Tuesday 26 May, 2020

Imbert: UNC colluding with gaming industry, rejects own Bill

The Government is accusing the United National Congress of working in tandem with members of the gaming industry who do not want the sector regulated.

Finance Minister Colm Imbert made the claim at a media conference on Friday, moments after the Gambling (Gaming and Betting) Control Bill, 2016 was defeated in the House of Representatives. The Bill needed a special majority but only received 20 votes with 15 abstentions and zero against.

“It’s clear to us in the Government that the persons involved in this industry clearly have lobbied the opposition and notwithstanding the fact it was a UNC bill, UNC regulations, it’s clear that they have been got to.”

Addressing members of the media, Imbert noted that the $16 billion dollar gaming industry has been operating largely unregulated for 20 years, costing taxpayers an estimated $500 million annually. He said legislation to address the glaring issues was first proposed in 1999 but was never passed. The Finance Minister went on to remind the population that this latest Bill was proposed by the UNC in 2015 and was passed with the support of the then People’s National Movement (PNM) Opposition. However, it did not move to the Senate since Parliament was dissolved for general elections. Now that the tables have turned, the Opposition has effectively voted against legislation they once piloted.

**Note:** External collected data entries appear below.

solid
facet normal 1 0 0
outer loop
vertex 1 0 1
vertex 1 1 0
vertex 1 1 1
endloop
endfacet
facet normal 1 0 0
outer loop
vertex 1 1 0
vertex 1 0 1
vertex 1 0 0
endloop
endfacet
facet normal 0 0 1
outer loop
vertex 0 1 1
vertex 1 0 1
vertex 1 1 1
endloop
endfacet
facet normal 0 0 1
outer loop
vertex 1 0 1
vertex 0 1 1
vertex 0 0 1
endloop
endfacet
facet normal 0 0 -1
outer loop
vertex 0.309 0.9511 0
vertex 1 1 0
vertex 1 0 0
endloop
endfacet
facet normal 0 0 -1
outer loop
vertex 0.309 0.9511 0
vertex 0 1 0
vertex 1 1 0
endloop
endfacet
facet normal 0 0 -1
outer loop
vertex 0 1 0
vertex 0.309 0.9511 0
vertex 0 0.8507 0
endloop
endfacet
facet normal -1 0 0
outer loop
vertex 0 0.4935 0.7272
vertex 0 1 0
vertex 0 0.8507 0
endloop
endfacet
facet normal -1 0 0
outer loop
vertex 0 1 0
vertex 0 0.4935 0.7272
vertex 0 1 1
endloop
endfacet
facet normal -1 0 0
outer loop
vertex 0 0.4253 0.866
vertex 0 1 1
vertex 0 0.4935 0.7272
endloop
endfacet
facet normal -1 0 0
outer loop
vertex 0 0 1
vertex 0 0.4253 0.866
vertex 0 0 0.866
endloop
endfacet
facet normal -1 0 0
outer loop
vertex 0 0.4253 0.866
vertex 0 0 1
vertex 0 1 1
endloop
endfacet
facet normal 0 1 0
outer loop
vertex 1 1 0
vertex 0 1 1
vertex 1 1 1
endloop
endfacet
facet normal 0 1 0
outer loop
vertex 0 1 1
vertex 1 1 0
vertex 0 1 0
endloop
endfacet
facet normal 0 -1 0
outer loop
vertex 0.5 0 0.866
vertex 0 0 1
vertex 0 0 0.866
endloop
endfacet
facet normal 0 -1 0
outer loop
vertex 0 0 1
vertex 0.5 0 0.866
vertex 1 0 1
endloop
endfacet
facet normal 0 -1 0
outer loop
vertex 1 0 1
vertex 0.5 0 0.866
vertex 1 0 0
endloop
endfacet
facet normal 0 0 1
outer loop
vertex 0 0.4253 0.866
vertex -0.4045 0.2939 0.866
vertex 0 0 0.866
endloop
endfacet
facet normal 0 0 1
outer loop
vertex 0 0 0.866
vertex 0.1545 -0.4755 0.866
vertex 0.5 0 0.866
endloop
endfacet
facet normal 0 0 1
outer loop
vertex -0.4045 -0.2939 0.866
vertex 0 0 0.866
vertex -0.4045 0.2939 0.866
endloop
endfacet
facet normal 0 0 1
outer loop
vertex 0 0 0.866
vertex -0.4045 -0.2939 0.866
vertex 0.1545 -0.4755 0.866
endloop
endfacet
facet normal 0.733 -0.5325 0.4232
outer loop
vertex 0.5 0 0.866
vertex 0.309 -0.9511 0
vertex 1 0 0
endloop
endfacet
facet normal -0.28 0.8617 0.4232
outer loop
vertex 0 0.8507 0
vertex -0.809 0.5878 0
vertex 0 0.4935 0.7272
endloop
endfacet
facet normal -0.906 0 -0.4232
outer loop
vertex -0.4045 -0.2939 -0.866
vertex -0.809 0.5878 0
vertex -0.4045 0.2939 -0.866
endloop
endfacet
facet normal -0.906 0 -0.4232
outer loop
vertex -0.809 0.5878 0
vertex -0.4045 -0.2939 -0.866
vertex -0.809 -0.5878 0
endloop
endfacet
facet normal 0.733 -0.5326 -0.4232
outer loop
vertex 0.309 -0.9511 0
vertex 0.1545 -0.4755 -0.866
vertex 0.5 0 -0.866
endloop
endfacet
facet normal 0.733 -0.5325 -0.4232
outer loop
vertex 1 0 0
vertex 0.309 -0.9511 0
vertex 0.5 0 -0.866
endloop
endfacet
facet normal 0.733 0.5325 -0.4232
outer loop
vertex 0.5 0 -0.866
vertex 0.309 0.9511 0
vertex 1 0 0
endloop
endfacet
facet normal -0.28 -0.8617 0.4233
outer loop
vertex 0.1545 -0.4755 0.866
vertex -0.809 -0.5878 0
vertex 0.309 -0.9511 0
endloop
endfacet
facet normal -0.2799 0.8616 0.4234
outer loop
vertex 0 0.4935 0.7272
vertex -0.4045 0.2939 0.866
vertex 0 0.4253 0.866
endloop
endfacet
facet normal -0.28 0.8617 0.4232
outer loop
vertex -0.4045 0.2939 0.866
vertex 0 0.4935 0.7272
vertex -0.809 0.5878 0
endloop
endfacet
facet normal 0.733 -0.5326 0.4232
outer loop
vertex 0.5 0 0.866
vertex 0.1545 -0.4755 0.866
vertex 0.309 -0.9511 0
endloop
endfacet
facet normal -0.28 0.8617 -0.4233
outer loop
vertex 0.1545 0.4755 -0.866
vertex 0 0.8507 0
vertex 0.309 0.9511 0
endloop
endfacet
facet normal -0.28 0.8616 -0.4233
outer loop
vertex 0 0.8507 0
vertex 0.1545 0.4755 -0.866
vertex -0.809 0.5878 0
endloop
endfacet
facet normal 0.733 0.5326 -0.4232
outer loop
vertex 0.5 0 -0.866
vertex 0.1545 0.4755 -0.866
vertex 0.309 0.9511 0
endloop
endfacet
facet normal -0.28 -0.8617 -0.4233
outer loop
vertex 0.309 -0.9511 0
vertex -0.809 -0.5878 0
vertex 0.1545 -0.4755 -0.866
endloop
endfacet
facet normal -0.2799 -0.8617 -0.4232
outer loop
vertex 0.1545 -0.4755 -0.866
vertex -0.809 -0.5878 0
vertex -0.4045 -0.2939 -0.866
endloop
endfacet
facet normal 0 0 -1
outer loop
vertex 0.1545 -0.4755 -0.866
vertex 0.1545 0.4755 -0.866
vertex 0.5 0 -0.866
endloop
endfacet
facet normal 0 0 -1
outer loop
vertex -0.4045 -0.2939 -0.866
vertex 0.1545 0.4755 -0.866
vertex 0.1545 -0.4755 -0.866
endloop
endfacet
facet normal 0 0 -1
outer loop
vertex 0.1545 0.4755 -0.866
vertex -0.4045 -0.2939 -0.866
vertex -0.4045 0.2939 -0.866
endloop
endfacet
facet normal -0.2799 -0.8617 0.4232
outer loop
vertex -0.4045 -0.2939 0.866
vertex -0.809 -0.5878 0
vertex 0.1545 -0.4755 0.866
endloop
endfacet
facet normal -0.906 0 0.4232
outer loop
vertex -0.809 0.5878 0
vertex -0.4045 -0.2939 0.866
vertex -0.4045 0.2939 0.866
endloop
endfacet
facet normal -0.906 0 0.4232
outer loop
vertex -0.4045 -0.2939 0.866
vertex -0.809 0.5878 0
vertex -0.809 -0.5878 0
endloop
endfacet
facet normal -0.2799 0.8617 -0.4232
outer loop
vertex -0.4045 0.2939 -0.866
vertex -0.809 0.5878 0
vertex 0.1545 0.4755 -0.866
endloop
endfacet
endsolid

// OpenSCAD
union() { cube(); sphere(); }
difference() { cube(); sphere(); }
intersection() { cube(); sphere(); }
union() {}
difference() cube();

“We never expected them to reject their own bill, which they’ve done. So that, what we’re going to do now, since this bill requires a special majority, we’re going to have to come with some other regulation of the sector that would not be as powerful as this Bill but certainly, we’ll be able to close some of the loopholes that currently exist in terms of tax evasion and that sort of thing.”

If passed, the law would have addressed issues surrounding the vulnerable being exploited including a lack of proper wages, long working hours without appropriate compensation, employees being banned from forming or joining unions, the leakage of foreign exchange and tax evasion.

Imbert said Government will now be forced to tackle weaker legislation to seek to prevent criminal conduct within the sector.  

“We will now have to go to a less powerful form of legislative amendment and see what can be done to the Members Club Act to see how one can address the problems of criminality and money laundering and so on.”

As to why he believes the Opposition rejected the Bill, the Minister expressed concern that they might have been wooed by those who run the industry.

“That could be the motivation for persons not wanting to support the legislation. The only way to deal with the issues of tax evasion and white-collar crime is that we’ll have to go and look at other legislation but without a special majority, no authority or body would have the teeth to deal with its problems. You need to have this special majority because you need to regulate it to a certain extent where you keep people out. You don’t want the criminals to run this industry.”

Imbert added that there is a lot of intimidation in the sector, referencing protests that had taken place outside his home in October 2017. He suggested that the demonstrators might not have wanted to picket outside his house, stating that they were encouraged or forced to do so.